I just saw the news yesterday that Dikembe Mutombo has died. If you’ve never heard of him, he was a 7ft 2in Congolese basketball player who not only made it to the NBA, but was an eight-time All-Star and four-time defensive player of the year. He is second in the list of NBA all-time shot blockers and is regarded as one of the best defensive players to play. He was became particularly famous for the Mutombo finger-wag, which came out when he pulled off a block. He was, in every respect, a big character.
Mutombo played basketball during what I consider to be the golden era. It is a golden era because it is, in effect, the era I followed most closely. It is the era in which, for me, basketball essentially stopped. I have only recently picked it up again, but the Mutombo era is the one I most fondly remember. And he was in no small way a part of it.
What more people don’t know about him is that he was also a significant humanitarian off the court. He setup the Dikembe Mutombo foundation in his home country of Congo for the purpose of improving the health and quality of life in the country. However, he was also a naturalised US citizen and served on the boards of Special Olympics International, the CDC Foundation and the National Board for the US Fund for Unicef where (the Guardian report) he was able to make use of his seven different languages. He was a real ambassador for both his home country and for the NBA.
But whenever a great man (or even a not-so-great one) dies, we are confronted with the stark reality of the human condition. Everybody dies. And there isn’t any way to block that reality, not for you, not for me and not even for great shot blockers like Dikembe Mutombo. When we face that stark reality, we run into another difficult question: if everyone dies, what happens after that?

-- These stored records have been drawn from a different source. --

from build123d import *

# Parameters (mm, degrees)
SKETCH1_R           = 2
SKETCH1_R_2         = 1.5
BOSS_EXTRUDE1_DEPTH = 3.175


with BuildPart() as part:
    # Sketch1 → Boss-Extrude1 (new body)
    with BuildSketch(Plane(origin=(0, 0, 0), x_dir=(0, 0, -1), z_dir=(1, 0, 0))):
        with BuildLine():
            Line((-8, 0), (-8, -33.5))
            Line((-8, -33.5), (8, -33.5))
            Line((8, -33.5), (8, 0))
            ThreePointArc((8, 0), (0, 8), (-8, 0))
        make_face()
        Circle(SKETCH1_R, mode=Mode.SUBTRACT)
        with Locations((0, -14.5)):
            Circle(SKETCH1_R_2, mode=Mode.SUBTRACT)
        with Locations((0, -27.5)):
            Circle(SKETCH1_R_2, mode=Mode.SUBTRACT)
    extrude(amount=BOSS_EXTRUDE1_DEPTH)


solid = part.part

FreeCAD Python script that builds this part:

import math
import FreeCAD as App
import Part
import Sketcher
from FreeCAD import Vector
Q = App.Units.Quantity

doc = App.newDocument("Part")
body = doc.addObject("PartDesign::Body", "Body")

# Sketch on YZ plane
sketch1 = body.newObject("Sketcher::SketchObject", "Sketch")
sketch1.AttachmentSupport = (doc.getObject("YZ_Plane"), [""])
sketch1.MapMode = "FlatFace"
sketch1.addGeometry(Part.LineSegment(Vector(0, 8, 0), Vector(-33.5, 8, 0)), False)
sketch1.addGeometry(Part.LineSegment(Vector(-33.5, 8, 0), Vector(-33.5, -8, 0)), False)
sketch1.addGeometry(Part.LineSegment(Vector(-33.5, -8, 0), Vector(0, -8, 0)), False)
sketch1.addGeometry(Part.ArcOfCircle(Part.Circle(Vector(0, 0, 0), Vector(0, 0, 1), 8), math.radians(-90), math.radians(90)), False)
sketch1.addGeometry(Part.Circle(Vector(-27.5, 0, 0), Vector(0, 0, 1), 1.5), False)
sketch1.addGeometry(Part.Circle(Vector(-14.5, 0, 0), Vector(0, 0, 1), 1.5), False)
sketch1.addGeometry(Part.Circle(Vector(0, 0, 0), Vector(0, 0, 1), 2), False)
sketch1.addConstraint(Sketcher.Constraint("Coincident", 0, 2, 1, 1))
sketch1.addConstraint(Sketcher.Constraint("Coincident", 1, 2, 2, 1))
sketch1.addConstraint(Sketcher.Constraint("Tangent", 2, 2, 3, 1))
sketch1.addConstraint(Sketcher.Constraint("Tangent", 3, 2, 0, 1))
sketch1.addConstraint(Sketcher.Constraint("Horizontal", 0))
sketch1.addConstraint(Sketcher.Constraint("Vertical", 1))
sketch1.addConstraint(Sketcher.Constraint("Horizontal", 2))
sketch1.addConstraint(Sketcher.Constraint("Coincident", 3, 3, -1, 1))
sketch1.addConstraint(Sketcher.Constraint("Coincident", 6, 3, -1, 1))
sketch1.addConstraint(Sketcher.Constraint("Equal", 4, 5))
sketch1.addConstraint(Sketcher.Constraint("PointOnObject", 4, 3, -1))
sketch1.addConstraint(Sketcher.Constraint("PointOnObject", 5, 3, -1))
sketch1.addConstraint(Sketcher.Constraint("Diameter", 4, Q("3 mm")))
sketch1.addConstraint(Sketcher.Constraint("Diameter", 6, Q("4 mm")))
sketch1.addConstraint(Sketcher.Constraint("Radius", 3, Q("8 mm")))
sketch1.addConstraint(Sketcher.Constraint("DistanceX", 0, 2, 0, 1, Q("33.5 mm")))
sketch1.addConstraint(Sketcher.Constraint("DistanceX", 4, 3, 5, 3, Q("13 mm")))
sketch1.addConstraint(Sketcher.Constraint("DistanceX", 0, 2, 4, 3, Q("6 mm")))
pad1 = body.newObject("PartDesign::Pad", "Pad")
pad1.Profile = sketch1
pad1.Length = 3.175

doc.recompute()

If anything at all, can anything be done about it?
The Bible answers that stark question, well, pretty starkly: it is appointed for man to die once, and after that the judgement (Heb 9:27). The Bible says there is an ‘after this’. And what happens after death is judgement. But the writer also offers some hope in the judgement: ‘Christ, having been offered once to bear the sins of many, will appear a second time, not to deal with sin but to save those who are eagerly waiting for him’ (Heb 9:28).
The stark reality is that one-in-one die. The other brute reality is that death is not the end, but after it comes judgement. But Jesus came into the world to die for those who would believe in him so that the judgement holds no fear for those who have repented of their sin but may be judged as clothed in the righteousness of Christ. Sin takes it greatest shot in death but those who abide in Christ, those who have faith in him, find Jesus blocks sin’s best shot.

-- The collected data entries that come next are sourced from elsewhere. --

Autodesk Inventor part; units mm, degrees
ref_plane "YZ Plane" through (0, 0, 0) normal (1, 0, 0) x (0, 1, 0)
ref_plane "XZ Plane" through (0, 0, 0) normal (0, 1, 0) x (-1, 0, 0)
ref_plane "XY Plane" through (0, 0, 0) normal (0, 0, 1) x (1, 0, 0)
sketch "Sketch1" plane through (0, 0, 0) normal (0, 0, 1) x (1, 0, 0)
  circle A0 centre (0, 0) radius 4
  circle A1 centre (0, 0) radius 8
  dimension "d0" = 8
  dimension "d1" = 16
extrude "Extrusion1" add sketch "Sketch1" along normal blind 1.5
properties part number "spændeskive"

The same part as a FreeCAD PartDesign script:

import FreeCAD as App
import Part
import Sketcher

V = App.Vector

doc = App.newDocument("Part")
body = doc.addObject("PartDesign::Body", "Body")

sketch1 = body.newObject("Sketcher::SketchObject", "Sketch")
sketch1.AttachmentSupport = (doc.getObject("XY_Plane"), [""])
sketch1.MapMode = "FlatFace"
sketch1.addGeometry([
    Part.Circle(V(0, 0, 0), V(0, 0, 1), 8),
    Part.Circle(V(0, 0, 0), V(0, 0, 1), 4),
], False)
sketch1.addConstraint([
    Sketcher.Constraint("Coincident", 0, 3, -1, 1),
    Sketcher.Constraint("Coincident", 1, 3, -1, 1),
    Sketcher.Constraint("Diameter", 0, 16.0),
    Sketcher.Constraint("Diameter", 1, 8.0),
])
pad1 = body.newObject("PartDesign::Pad", "Pad")
pad1.Profile = sketch1
pad1.Length = 1.5

doc.recompute()
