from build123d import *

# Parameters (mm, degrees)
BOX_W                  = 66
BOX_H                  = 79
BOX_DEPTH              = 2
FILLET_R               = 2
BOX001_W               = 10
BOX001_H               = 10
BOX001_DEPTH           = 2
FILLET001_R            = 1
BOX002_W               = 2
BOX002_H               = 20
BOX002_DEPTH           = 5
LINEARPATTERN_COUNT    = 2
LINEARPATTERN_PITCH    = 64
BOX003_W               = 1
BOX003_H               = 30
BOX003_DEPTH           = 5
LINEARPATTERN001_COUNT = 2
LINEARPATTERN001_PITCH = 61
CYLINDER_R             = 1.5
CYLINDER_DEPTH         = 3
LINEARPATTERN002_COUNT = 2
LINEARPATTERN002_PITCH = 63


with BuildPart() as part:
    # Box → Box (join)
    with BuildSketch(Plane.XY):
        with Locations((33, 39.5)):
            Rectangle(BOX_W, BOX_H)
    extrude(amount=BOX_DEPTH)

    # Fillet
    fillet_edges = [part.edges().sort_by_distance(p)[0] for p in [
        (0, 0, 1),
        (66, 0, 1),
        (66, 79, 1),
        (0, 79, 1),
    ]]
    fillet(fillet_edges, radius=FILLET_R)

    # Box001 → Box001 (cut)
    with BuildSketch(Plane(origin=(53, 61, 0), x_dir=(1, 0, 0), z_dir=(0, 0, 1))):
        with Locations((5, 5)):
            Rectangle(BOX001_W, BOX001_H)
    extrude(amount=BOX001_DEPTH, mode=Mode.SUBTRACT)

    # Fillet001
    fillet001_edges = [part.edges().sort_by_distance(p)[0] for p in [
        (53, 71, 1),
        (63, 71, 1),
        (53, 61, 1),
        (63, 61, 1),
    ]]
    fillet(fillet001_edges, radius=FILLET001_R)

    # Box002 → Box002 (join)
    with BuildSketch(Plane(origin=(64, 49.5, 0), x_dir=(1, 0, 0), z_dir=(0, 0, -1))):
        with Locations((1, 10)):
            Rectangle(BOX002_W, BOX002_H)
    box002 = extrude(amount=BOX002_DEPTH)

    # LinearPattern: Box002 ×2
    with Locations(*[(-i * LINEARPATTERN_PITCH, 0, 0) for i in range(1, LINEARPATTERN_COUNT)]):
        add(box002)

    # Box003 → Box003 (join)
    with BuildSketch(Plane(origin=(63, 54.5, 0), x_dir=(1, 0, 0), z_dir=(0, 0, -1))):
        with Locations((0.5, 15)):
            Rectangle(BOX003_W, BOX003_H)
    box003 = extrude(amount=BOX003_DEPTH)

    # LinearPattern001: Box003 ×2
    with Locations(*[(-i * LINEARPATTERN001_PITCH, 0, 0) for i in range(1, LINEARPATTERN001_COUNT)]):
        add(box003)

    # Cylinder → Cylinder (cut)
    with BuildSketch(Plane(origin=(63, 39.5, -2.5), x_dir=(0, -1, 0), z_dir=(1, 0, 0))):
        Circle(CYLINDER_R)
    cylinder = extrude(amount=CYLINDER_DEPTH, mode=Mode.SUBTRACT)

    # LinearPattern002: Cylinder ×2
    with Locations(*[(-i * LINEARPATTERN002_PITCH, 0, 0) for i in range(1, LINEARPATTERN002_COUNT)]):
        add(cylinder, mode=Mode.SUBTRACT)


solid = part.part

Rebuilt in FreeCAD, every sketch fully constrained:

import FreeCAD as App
import Part
import Sketcher
from FreeCAD import Vector


def edges_at(feature, points):
    """Names of the edges that pass closest to the given points."""
    edges = feature.Shape.Edges
    near = lambda p: min(range(len(edges)), key=lambda i: edges[i].distToShape(Part.Vertex(*p))[0])
    return sorted({f"Edge{near(p) + 1}" for p in points})


def add_polygon(sketch, points):
    """Adds a closed chain of lines whose ends are joined by coincident constraints."""
    first, n = sketch.GeometryCount, len(points)
    for a, b in zip(points, points[1:] + points[:1]):
        sketch.addGeometry(Part.LineSegment(App.Vector(*a, 0), App.Vector(*b, 0)), False)
    for i in range(n):
        sketch.addConstraint(Sketcher.Constraint("Coincident", first + i, 2, first + (i + 1) % n, 1))

doc = App.newDocument("Part")
body = doc.addObject("PartDesign::Body", "Body")

# Sketch on XY plane
sketch1 = body.newObject("Sketcher::SketchObject", "Sketch")
sketch1.AttachmentSupport = (doc.getObject("XY_Plane"), [""])
sketch1.MapMode = "FlatFace"
add_polygon(sketch1, [(0, 79), (0, 0), (66, 0), (66, 79)])  # lines 0-3
sketch1.addConstraint(Sketcher.Constraint("Vertical", 0))
sketch1.addConstraint(Sketcher.Constraint("Horizontal", 1))
sketch1.addConstraint(Sketcher.Constraint("Vertical", 2))
sketch1.addConstraint(Sketcher.Constraint("Horizontal", 3))
sketch1.addConstraint(Sketcher.Constraint("Coincident", 0, 2, -1, 1))
sketch1.addConstraint(Sketcher.Constraint("DistanceX", 1, 1, 1, 2, 66.0))
sketch1.addConstraint(Sketcher.Constraint("DistanceY", 0, 2, 0, 1, 79.0))
pad1 = body.newObject("PartDesign::Pad", "Pad")
pad1.Profile = sketch1
pad1.Length = 2
doc.recompute()

fillet = body.newObject("PartDesign::Fillet", "Fillet")
fillet.Base = (pad1, edges_at(pad1, [
    (0, 0, 1),
    (66, 0, 1),
    (66, 79, 1),
    (0, 79, 1),
]))
fillet.Radius = 2

# Sketch on XY plane
sketch2 = body.newObject("Sketcher::SketchObject", "Sketch001")
sketch2.AttachmentSupport = (doc.getObject("XY_Plane"), [""])
sketch2.MapMode = "FlatFace"
add_polygon(sketch2, [(53, 71), (53, 61), (63, 61), (63, 71)])  # lines 0-3
sketch2.addConstraint(Sketcher.Constraint("Vertical", 0))
sketch2.addConstraint(Sketcher.Constraint("Horizontal", 1))
sketch2.addConstraint(Sketcher.Constraint("Vertical", 2))
sketch2.addConstraint(Sketcher.Constraint("Horizontal", 3))
sketch2.addConstraint(Sketcher.Constraint("Equal", 3, 0))
sketch2.addConstraint(Sketcher.Constraint("DistanceX", 1, 1, 1, 2, 10.0))
sketch2.addConstraint(Sketcher.Constraint("DistanceX", -1, 1, 0, 2, 53.0))
sketch2.addConstraint(Sketcher.Constraint("DistanceY", -1, 1, 0, 2, 61.0))
pocket1 = body.newObject("PartDesign::Pocket", "Pocket")
pocket1.Profile = sketch2
pocket1.Length = 2
pocket1.Reversed = True
doc.recompute()

fillet2 = body.newObject("PartDesign::Fillet", "Fillet001")
fillet2.Base = (pocket1, edges_at(pocket1, [
    (53, 71, 1),
    (63, 71, 1),
    (53, 61, 1),
    (63, 61, 1),
]))
fillet2.Radius = 1

# Sketch on XY plane
sketch3 = body.newObject("Sketcher::SketchObject", "Sketch002")
sketch3.AttachmentSupport = (doc.getObject("XY_Plane"), [""])
sketch3.MapMode = "FlatFace"
add_polygon(sketch3, [(64, 29.5), (64, 49.5), (66, 49.5), (66, 29.5)])  # lines 0-3
sketch3.addConstraint(Sketcher.Constraint("Vertical", 0))
sketch3.addConstraint(Sketcher.Constraint("Horizontal", 1))
sketch3.addConstraint(Sketcher.Constraint("Vertical", 2))
sketch3.addConstraint(Sketcher.Constraint("Horizontal", 3))
sketch3.addConstraint(Sketcher.Constraint("DistanceX", 1, 1, 1, 2, 2.0))
sketch3.addConstraint(Sketcher.Constraint("DistanceY", 0, 1, 0, 2, 20.0))
sketch3.addConstraint(Sketcher.Constraint("DistanceX", -1, 1, 0, 2, 64.0))
sketch3.addConstraint(Sketcher.Constraint("DistanceY", -1, 1, 0, 2, 49.5))
pad2 = body.newObject("PartDesign::Pad", "Pad001")
pad2.Profile = sketch3
pad2.Length = 5
pad2.Reversed = True
doc.recompute()

linearpattern = body.newObject("PartDesign::LinearPattern", "LinearPattern")
linearpattern.Originals = [pad2]
linearpattern.Direction = (doc.getObject("X_Axis"), [""])
linearpattern.Mode = "offset"
linearpattern.Offset = 64
linearpattern.Occurrences = 2
linearpattern.Reversed = True
body.Tip = linearpattern

# Sketch on XY plane
sketch4 = body.newObject("Sketcher::SketchObject", "Sketch003")
sketch4.AttachmentSupport = (doc.getObject("XY_Plane"), [""])
sketch4.MapMode = "FlatFace"
add_polygon(sketch4, [(63, 24.5), (63, 54.5), (64, 54.5), (64, 24.5)])  # lines 0-3
sketch4.addConstraint(Sketcher.Constraint("Vertical", 0))
sketch4.addConstraint(Sketcher.Constraint("Horizontal", 1))
sketch4.addConstraint(Sketcher.Constraint("Vertical", 2))
sketch4.addConstraint(Sketcher.Constraint("Horizontal", 3))
sketch4.addConstraint(Sketcher.Constraint("DistanceX", 1, 1, 1, 2, 1.0))
sketch4.addConstraint(Sketcher.Constraint("DistanceY", 0, 1, 0, 2, 30.0))
sketch4.addConstraint(Sketcher.Constraint("DistanceX", -1, 1, 0, 2, 63.0))
sketch4.addConstraint(Sketcher.Constraint("DistanceY", -1, 1, 0, 2, 54.5))
pad3 = body.newObject("PartDesign::Pad", "Pad002")
pad3.Profile = sketch4
pad3.Length = 5
pad3.Reversed = True
doc.recompute()

linearpattern2 = body.newObject("PartDesign::LinearPattern", "LinearPattern001")
linearpattern2.Originals = [pad3]
linearpattern2.Direction = (doc.getObject("X_Axis"), [""])
linearpattern2.Mode = "offset"
linearpattern2.Offset = 61
linearpattern2.Occurrences = 2
linearpattern2.Reversed = True
body.Tip = linearpattern2

# Sketch on YZ plane
sketch5 = body.newObject("Sketcher::SketchObject", "Sketch004")
sketch5.AttachmentSupport = (doc.getObject("YZ_Plane"), [""])
sketch5.MapMode = "FlatFace"
sketch5.AttachmentOffset = App.Placement(Vector(0, 0, 63), App.Rotation())
sketch5.addGeometry(Part.Circle(Vector(39.5, -2.5, 0), Vector(0, 0, 1), 1.5), False)
sketch5.addConstraint(Sketcher.Constraint("Diameter", 0, 3.0))
sketch5.addConstraint(Sketcher.Constraint("DistanceX", -1, 1, 0, 3, 39.5))
sketch5.addConstraint(Sketcher.Constraint("DistanceY", 0, 3, -1, 1, 2.5))
pocket2 = body.newObject("PartDesign::Pocket", "Pocket001")
pocket2.Profile = sketch5
pocket2.Length = 3
pocket2.Reversed = True
doc.recompute()

linearpattern3 = body.newObject("PartDesign::LinearPattern", "LinearPattern002")
linearpattern3.Originals = [pocket2]
linearpattern3.Direction = (doc.getObject("X_Axis"), [""])
linearpattern3.Mode = "offset"
linearpattern3.Offset = 63
linearpattern3.Occurrences = 2
linearpattern3.Reversed = True
body.Tip = linearpattern3

doc.recompute()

It is always a great sadness to hear of a person’s death. All the sadder when that person seemed such a big part of your childhood, a hero on the court. A hero who is now gone. But the hope offered by Jesus is that, though death is not the end, and it doesn’t have to be our final word. We can have a glorious future beyond death if only we might find ourselves safe in the Lord Jesus, sin and death blocked on our behalf, its penalty applied to him and not us, and his righteousness applied to our account in its place.